=== The problem ===
Only the lines from the top of the data through the line containing "e2 v2 v3 LINE" should be duplicated, exactly as they appear.

(Saved data entries)
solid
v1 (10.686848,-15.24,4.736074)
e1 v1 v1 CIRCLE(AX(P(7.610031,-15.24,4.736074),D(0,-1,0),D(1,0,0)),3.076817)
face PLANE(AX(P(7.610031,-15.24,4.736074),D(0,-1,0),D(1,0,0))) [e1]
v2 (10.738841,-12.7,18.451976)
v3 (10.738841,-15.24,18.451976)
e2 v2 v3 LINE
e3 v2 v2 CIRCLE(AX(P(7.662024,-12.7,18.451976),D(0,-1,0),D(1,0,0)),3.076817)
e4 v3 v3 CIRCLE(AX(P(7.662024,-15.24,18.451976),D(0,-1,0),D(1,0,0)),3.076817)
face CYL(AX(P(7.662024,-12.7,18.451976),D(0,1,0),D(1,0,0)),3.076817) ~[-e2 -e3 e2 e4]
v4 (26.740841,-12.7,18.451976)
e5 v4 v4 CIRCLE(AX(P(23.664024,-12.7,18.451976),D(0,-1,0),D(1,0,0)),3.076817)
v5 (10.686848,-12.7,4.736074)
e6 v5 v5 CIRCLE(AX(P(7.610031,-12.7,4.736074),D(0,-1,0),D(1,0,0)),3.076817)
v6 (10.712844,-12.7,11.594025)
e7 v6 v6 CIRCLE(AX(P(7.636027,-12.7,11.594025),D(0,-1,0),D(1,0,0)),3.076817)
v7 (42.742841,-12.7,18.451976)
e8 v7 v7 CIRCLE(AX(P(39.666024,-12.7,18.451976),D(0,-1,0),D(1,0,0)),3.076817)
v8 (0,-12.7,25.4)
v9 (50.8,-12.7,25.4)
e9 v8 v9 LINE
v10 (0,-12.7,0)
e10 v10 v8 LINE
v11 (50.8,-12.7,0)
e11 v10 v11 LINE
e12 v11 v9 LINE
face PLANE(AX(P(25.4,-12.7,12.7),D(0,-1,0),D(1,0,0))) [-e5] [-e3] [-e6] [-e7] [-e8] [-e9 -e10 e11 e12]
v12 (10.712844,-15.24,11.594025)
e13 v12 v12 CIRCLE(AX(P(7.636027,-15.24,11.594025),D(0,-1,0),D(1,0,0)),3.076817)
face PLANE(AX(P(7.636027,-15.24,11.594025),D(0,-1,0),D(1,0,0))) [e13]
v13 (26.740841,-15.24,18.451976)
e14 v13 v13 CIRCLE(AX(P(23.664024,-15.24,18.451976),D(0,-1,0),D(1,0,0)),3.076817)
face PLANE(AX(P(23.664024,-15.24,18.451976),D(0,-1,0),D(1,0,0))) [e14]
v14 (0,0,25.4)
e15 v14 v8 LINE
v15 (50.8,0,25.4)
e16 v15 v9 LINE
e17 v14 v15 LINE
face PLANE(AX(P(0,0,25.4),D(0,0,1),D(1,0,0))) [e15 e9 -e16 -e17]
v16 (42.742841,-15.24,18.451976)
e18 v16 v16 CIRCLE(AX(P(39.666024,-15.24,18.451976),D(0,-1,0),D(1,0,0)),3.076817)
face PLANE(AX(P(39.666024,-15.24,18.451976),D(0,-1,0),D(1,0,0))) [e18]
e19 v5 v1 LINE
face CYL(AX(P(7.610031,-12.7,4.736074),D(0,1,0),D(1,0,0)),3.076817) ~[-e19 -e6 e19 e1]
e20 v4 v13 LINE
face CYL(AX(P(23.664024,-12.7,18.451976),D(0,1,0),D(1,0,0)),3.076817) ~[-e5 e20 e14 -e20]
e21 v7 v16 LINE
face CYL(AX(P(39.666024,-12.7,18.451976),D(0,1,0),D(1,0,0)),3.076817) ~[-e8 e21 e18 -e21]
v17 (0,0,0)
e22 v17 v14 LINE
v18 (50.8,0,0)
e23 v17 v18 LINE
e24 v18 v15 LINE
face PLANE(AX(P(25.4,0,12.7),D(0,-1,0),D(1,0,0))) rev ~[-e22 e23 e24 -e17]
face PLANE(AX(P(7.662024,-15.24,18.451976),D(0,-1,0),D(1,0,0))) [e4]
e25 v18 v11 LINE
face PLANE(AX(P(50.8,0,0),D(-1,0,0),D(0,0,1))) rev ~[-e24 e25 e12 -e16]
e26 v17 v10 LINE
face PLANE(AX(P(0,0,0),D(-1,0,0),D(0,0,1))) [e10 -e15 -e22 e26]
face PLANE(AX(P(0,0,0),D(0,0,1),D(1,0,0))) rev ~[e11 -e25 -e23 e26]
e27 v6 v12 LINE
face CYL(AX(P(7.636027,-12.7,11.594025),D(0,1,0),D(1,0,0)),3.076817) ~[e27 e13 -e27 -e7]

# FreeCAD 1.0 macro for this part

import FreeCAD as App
import Part
import Sketcher
Q = App.Units.Quantity


def add_polygon(sketch, points):
    """Adds a closed chain of lines whose ends are joined by coincident constraints."""
    first, n = sketch.GeometryCount, len(points)
    for a, b in zip(points, points[1:] + points[:1]):
        sketch.addGeometry(Part.LineSegment(App.Vector(*a, 0), App.Vector(*b, 0)), False)
    for i in range(n):
        sketch.addConstraint(Sketcher.Constraint("Coincident", first + i, 2, first + (i + 1) % n, 1))

doc = App.newDocument("Part")
body = doc.addObject("PartDesign::Body", "Body")

sketch1 = body.newObject("Sketcher::SketchObject", "Sketch")
sketch1.AttachmentSupport = (doc.getObject("XZ_Plane"), [""])
sketch1.MapMode = "FlatFace"
add_polygon(sketch1, [(0, 25.4), (0, 0), (50.8, 0), (50.8, 25.4)])
sketch1.addConstraint(Sketcher.Constraint("Vertical", 0))
sketch1.addConstraint(Sketcher.Constraint("Horizontal", 1))
sketch1.addConstraint(Sketcher.Constraint("Vertical", 2))
sketch1.addConstraint(Sketcher.Constraint("Horizontal", 3))
sketch1.addConstraint(Sketcher.Constraint("Coincident", 0, 2, -1, 1))
sketch1.addConstraint(Sketcher.Constraint("DistanceX", 1, 1, 1, 2, Q("2 in")))
sketch1.addConstraint(Sketcher.Constraint("DistanceY", 0, 2, 0, 1, Q("1 in")))
pad1 = body.newObject("PartDesign::Pad", "Pad")
pad1.Profile = sketch1
pad1.Length = Q("0.5 in")

sketch2 = body.newObject("Sketcher::SketchObject", "Sketch001")
sketch2.AttachmentSupport = (doc.getObject("XZ_Plane"), [""])
sketch2.MapMode = "FlatFace"
sketch2.AttachmentOffset = App.Placement(App.Vector(0, 0, 0.5 * 25.4), App.Rotation())
sketch2.addGeometry(Part.Circle(App.Vector(7.662024, 18.451976, 0), App.Vector(0, 0, 1), 3.076817), False)
sketch2.addGeometry(Part.Circle(App.Vector(23.664024, 18.451976, 0), App.Vector(0, 0, 1), 3.076817), False)
sketch2.addGeometry(Part.Circle(App.Vector(39.666024, 18.451976, 0), App.Vector(0, 0, 1), 3.076817), False)
sketch2.addGeometry(Part.Circle(App.Vector(7.636027, 11.594025, 0), App.Vector(0, 0, 1), 3.076817), False)
sketch2.addGeometry(Part.Circle(App.Vector(7.610031, 4.736074, 0), App.Vector(0, 0, 1), 3.076817), False)
sketch2.addConstraint(Sketcher.Constraint("Equal", 0, 1))
sketch2.addConstraint(Sketcher.Constraint("Equal", 1, 2))
sketch2.addConstraint(Sketcher.Constraint("Equal", 2, 3))
sketch2.addConstraint(Sketcher.Constraint("Equal", 3, 4))
sketch2.addConstraint(Sketcher.Constraint("Horizontal", 0, 3, 1, 3))
sketch2.addConstraint(Sketcher.Constraint("Horizontal", 1, 3, 2, 3))
sketch2.addConstraint(Sketcher.Constraint("DistanceX", 0, 3, 1, 3, Q("0.63 in")))
sketch2.addConstraint(Sketcher.Constraint("DistanceX", 1, 3, 2, 3, Q("0.63 in")))
sketch2.addConstraint(Sketcher.Constraint("Diameter", 0, Q("6.153634 mm")))
sketch2.addConstraint(Sketcher.Constraint("DistanceY", 4, 3, 0, 3, Q("13.715902 mm")))
sketch2.addConstraint(Sketcher.Constraint("DistanceX", -1, 1, 4, 3, Q("7.610031 mm")))
sketch2.addConstraint(Sketcher.Constraint("DistanceY", 3, 3, 0, 3, Q("6.857951 mm")))
sketch2.addConstraint(Sketcher.Constraint("DistanceX", -1, 1, 0, 3, Q("7.662024 mm")))
sketch2.addConstraint(Sketcher.Constraint("DistanceY", -1, 1, 0, 3, Q("18.451976 mm")))
sketch2.addConstraint(Sketcher.Constraint("DistanceX", -1, 1, 3, 3, Q("7.636027 mm")))
pad2 = body.newObject("PartDesign::Pad", "Pad001")
pad2.Profile = sketch2
pad2.Length = Q("0.1 in")

doc.recompute()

=== Response area ===
solid
v1 (10.686848,-15.24,4.736074)
e1 v1 v1 CIRCLE(AX(P(7.610031,-15.24,4.736074),D(0,-1,0),D(1,0,0)),3.076817)
face PLANE(AX(P(7.610031,-15.24,4.736074),D(0,-1,0),D(1,0,0))) [e1]
v2 (10.738841,-12.7,18.451976)
v3 (10.738841,-15.24,18.451976)
e2 v2 v3 LINE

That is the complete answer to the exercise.